According to the present invention as described above, by maintaining the temperature of the neck portion of the flare at the time of manufacturing the stem at 400 ℃ to 430 ℃ it is possible to prevent cracks and cracks of the stem tube.

That is, as shown in Figure 3, it is possible to manufacture a perfect stem that does not cause a defect in the wing, tube, neck, etc. of the flare.
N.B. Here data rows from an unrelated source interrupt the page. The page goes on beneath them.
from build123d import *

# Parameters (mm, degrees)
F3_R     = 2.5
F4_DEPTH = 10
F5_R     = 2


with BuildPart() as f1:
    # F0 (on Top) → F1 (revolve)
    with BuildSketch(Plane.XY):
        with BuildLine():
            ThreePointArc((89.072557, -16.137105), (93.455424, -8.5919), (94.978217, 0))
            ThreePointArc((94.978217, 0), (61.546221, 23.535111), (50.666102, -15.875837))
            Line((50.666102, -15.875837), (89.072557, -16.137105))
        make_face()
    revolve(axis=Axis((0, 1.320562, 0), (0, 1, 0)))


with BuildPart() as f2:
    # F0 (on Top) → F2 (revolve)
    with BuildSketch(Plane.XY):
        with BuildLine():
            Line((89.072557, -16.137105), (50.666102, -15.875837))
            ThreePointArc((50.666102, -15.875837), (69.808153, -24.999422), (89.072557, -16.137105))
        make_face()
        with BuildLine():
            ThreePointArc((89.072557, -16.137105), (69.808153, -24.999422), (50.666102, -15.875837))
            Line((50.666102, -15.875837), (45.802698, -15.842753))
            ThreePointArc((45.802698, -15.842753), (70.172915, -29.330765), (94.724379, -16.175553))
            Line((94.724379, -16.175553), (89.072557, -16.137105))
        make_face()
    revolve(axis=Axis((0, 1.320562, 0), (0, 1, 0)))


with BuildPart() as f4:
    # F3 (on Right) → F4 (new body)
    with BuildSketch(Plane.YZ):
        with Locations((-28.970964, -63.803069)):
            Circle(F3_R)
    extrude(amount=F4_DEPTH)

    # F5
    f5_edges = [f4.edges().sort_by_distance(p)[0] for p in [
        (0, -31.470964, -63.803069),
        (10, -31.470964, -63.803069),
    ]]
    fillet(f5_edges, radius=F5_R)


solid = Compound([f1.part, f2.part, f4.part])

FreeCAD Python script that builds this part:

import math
import FreeCAD as App
import Part
import Sketcher


def edges_at(feature, points):
    """Names of the edges that pass closest to the given points."""
    edges = feature.Shape.Edges
    near = lambda p: min(range(len(edges)), key=lambda i: edges[i].distToShape(Part.Vertex(*p))[0])
    return sorted({f"Edge{near(p) + 1}" for p in points})

doc = App.newDocument("Part")
body = doc.addObject("PartDesign::Body", "Body")

# Sketch on XY plane
sketch1 = doc.addObject("Sketcher::SketchObject", "Sketch")
body.addObject(sketch1)
sketch1.AttachmentSupport = (doc.XY_Plane, [""])
sketch1.MapMode = "FlatFace"
sketch1.addGeometry([
    Part.ArcOfCircle(Part.Circle(App.Vector(70, 0, 0), App.Vector(0, 0, 1), 25), math.radians(-40), math.radians(0)),
    Part.ArcOfCircle(Part.Circle(App.Vector(70, 0, 0), App.Vector(0, 0, 1), 25), math.radians(0), math.radians(219)),
    Part.LineSegment(App.Vector(51, -16, 0), App.Vector(89, -16, 0)),
], False)
sketch1.addConstraint([
    Sketcher.Constraint("Tangent", 0, 2, 1, 1),
    Sketcher.Constraint("Coincident", 1, 2, 2, 1),
    Sketcher.Constraint("Coincident", 2, 2, 0, 1),
    Sketcher.Constraint("Equal", 0, 1),
    Sketcher.Constraint("PointOnObject", 0, 3, -1),
    Sketcher.Constraint("PointOnObject", 0, 2, -1),
    Sketcher.Constraint("Radius", 0, 24.999998),
    Sketcher.Constraint("DistanceX", -1, 1, 1, 2, 50.666102),
    Sketcher.Constraint("DistanceX", -1, 1, 0, 3, 69.978219),
    Sketcher.Constraint("DistanceX", 2, 2, 0, 2, 5.90566),
])
revolution = doc.addObject("PartDesign::Revolution", "Revolution")
body.addObject(revolution)
revolution.Profile = sketch1
revolution.ReferenceAxis = (sketch1, ["V_Axis"])
revolution.Angle = 360
body2 = doc.addObject("PartDesign::Body", "Body001")

# Sketch on XY plane
sketch2 = doc.addObject("Sketcher::SketchObject", "Sketch001")
body2.addObject(sketch2)
sketch2.AttachmentSupport = (doc.getObject("XY_Plane001"), [""])
sketch2.MapMode = "FlatFace"
sketch2.addGeometry([
    Part.LineSegment(App.Vector(89.1, -16.1, 0), App.Vector(50.7, -15.9, 0)),
    Part.LineSegment(App.Vector(50.7, -15.9, 0), App.Vector(45.8, -15.8, 0)),
    Part.ArcOfCircle(Part.Circle(App.Vector(70.4, -0.2, 0), App.Vector(0, 0, 1), 29.1), math.radians(-148), math.radians(-33)),
    Part.LineSegment(App.Vector(94.7, -16.2, 0), App.Vector(89.1, -16.1, 0)),
], False)
sketch2.addConstraint([
    Sketcher.Constraint("Coincident", 0, 2, 1, 1),
    Sketcher.Constraint("Coincident", 1, 2, 2, 1),
    Sketcher.Constraint("Coincident", 2, 2, 3, 1),
    Sketcher.Constraint("Coincident", 3, 2, 0, 1),
    Sketcher.Constraint("Parallel", 0, 1),
    Sketcher.Constraint("Parallel", 1, 3),
    Sketcher.Constraint("Radius", 2, 29.118699),
    Sketcher.Constraint("DistanceX", 1, 2, 2, 3, 24.568299),
    Sketcher.Constraint("DistanceY", 2, 2, 1, 2, 0.3328),
    Sketcher.Constraint("DistanceY", 2, 3, -1, 1, 0.21274),
    Sketcher.Constraint("DistanceX", -1, 1, 2, 2, 94.724379),
    Sketcher.Constraint("DistanceX", 3, 2, 2, 2, 5.651822),
    Sketcher.Constraint("Distance", 0, 38.407344),
])
revolution2 = doc.addObject("PartDesign::Revolution", "Revolution001")
body2.addObject(revolution2)
revolution2.Profile = sketch2
revolution2.ReferenceAxis = (sketch2, ["V_Axis"])
revolution2.Angle = 360
body3 = doc.addObject("PartDesign::Body", "Body002")

# Sketch on YZ plane
sketch3 = doc.addObject("Sketcher::SketchObject", "Sketch002")
body3.addObject(sketch3)
sketch3.AttachmentSupport = (doc.getObject("YZ_Plane002"), [""])
sketch3.MapMode = "FlatFace"
sketch3.addGeometry(Part.Circle(App.Vector(-29, -63.8, 0), App.Vector(0, 0, 1), 2.5), False)
sketch3.addConstraint([
    Sketcher.Constraint("Diameter", 0, 5.0),
    Sketcher.Constraint("DistanceY", 0, 3, -1, 1, 63.803069),
    Sketcher.Constraint("DistanceX", 0, 3, -1, 1, 28.970964),
])
pad1 = doc.addObject("PartDesign::Pad", "Pad")
body3.addObject(pad1)
pad1.Profile = sketch3
pad1.Length = 10
doc.recompute()

fillet = doc.addObject("PartDesign::Fillet", "Fillet")
body3.addObject(fillet)
fillet.Base = (pad1, edges_at(pad1, [(0, -31.471, -63.803), (10, -31.471, -63.803)]))
fillet.Radius = 2

doc.recompute()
In the above embodiment, the specific temperature is defined at the time of forming the stem, the mounting position of the second burner is limited to the upper part of the first burner, and the number of second burners is described as six, It is not limited.

Claims (9)

In the method of automatically manufacturing incandescent bulb using a stem machine, (a) mounting a flare, glass rod and lead wire in said stem machine, (b) after the step (a), first heating the lower end of the flare with a first burner; and (c) simultaneously heating the neck of the flare with a second burner simultaneously with the implementation of step (b); A method of manufacturing an incandescent light bulb, characterized in that the temperature around the flare neck is maintained at a constant state by the steps (b) and (c). The method of claim 1, The temperature of the neck of the flare by the step (b) and step (c) is maintained at 400 ℃ to 430 ℃ characterized in that the manufacturing method of the incandescent lamp. The method of claim 2, The method of manufacturing the incandescent lamp, characterized in that in the step (c) the temperature of the second heating is 80 ℃ to 100 ℃. The method of claim 2, Method of producing an incandescent light bulb, characterized in that the range of the temperature delivered to the neck of the flare by the first burner is maintained at 300 ℃ to 350 ℃. In the device for automatically producing incandescent lamp using a stem machine, Means for fixing the flare in which the exhaust pipe is inserted, First heating means for heating the lower end of the flare and A second heating means for heating the neck of the flare, And the first heating means and the second heating means are operated at the same time. The method of claim 5, Temperature of the neck of the flare by the first heating means and the second heating means is maintained at 400 ℃ to 430 ℃ characterized in that the apparatus for producing an incandescent light bulb. The method of claim 6, The apparatus for producing an incandescent light bulb, characterized in that the range of the temperature heated by the second heating means is 80 ℃ to 100 ℃. The method of claim 6, Apparatus for producing an incandescent light bulb, characterized in that the temperature range of 300 ° C to 350 ° C transmitted by the first heating means to the neck of the flare. The method of claim 5, And said second heating means is mounted on top of said first heating means.